## What is being asked
When the line containing "f 104 105 103" is reached, include it and end there; set down verbatim every line before it, starting at the top of the records.

══ Materials provided ══

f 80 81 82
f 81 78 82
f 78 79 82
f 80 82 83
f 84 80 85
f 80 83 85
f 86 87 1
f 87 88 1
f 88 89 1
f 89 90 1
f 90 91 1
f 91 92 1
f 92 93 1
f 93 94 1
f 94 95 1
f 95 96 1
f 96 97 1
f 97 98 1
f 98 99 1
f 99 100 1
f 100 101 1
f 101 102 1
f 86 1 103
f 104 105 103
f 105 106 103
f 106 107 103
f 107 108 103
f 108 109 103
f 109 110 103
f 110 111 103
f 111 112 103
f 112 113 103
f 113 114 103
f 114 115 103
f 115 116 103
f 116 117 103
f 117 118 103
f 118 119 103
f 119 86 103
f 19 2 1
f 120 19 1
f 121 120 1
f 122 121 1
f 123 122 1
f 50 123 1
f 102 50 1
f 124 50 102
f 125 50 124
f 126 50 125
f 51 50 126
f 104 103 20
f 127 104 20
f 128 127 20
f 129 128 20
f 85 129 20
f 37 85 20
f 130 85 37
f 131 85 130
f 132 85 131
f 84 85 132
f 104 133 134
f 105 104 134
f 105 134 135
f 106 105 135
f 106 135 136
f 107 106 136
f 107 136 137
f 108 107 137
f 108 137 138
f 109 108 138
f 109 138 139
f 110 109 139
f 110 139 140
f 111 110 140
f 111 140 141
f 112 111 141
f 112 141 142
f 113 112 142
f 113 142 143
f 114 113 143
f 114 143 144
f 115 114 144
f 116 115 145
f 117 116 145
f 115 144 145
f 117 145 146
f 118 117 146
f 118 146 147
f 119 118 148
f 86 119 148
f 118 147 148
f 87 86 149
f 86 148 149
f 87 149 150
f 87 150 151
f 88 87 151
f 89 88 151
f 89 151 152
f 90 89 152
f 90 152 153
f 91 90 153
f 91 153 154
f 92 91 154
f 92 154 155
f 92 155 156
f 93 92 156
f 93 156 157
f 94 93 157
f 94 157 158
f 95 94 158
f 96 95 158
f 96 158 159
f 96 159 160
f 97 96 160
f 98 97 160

═══

## Result for this exercise
f 80 81 82
f 81 78 82
f 78 79 82
f 80 82 83
f 84 80 85
f 80 83 85
f 86 87 1
f 87 88 1
f 88 89 1
f 89 90 1
f 90 91 1
f 91 92 1
f 92 93 1
f 93 94 1
f 94 95 1
f 95 96 1
f 96 97 1
f 97 98 1
f 98 99 1
f 99 100 1
f 100 101 1
f 101 102 1
f 86 1 103
f 104 105 103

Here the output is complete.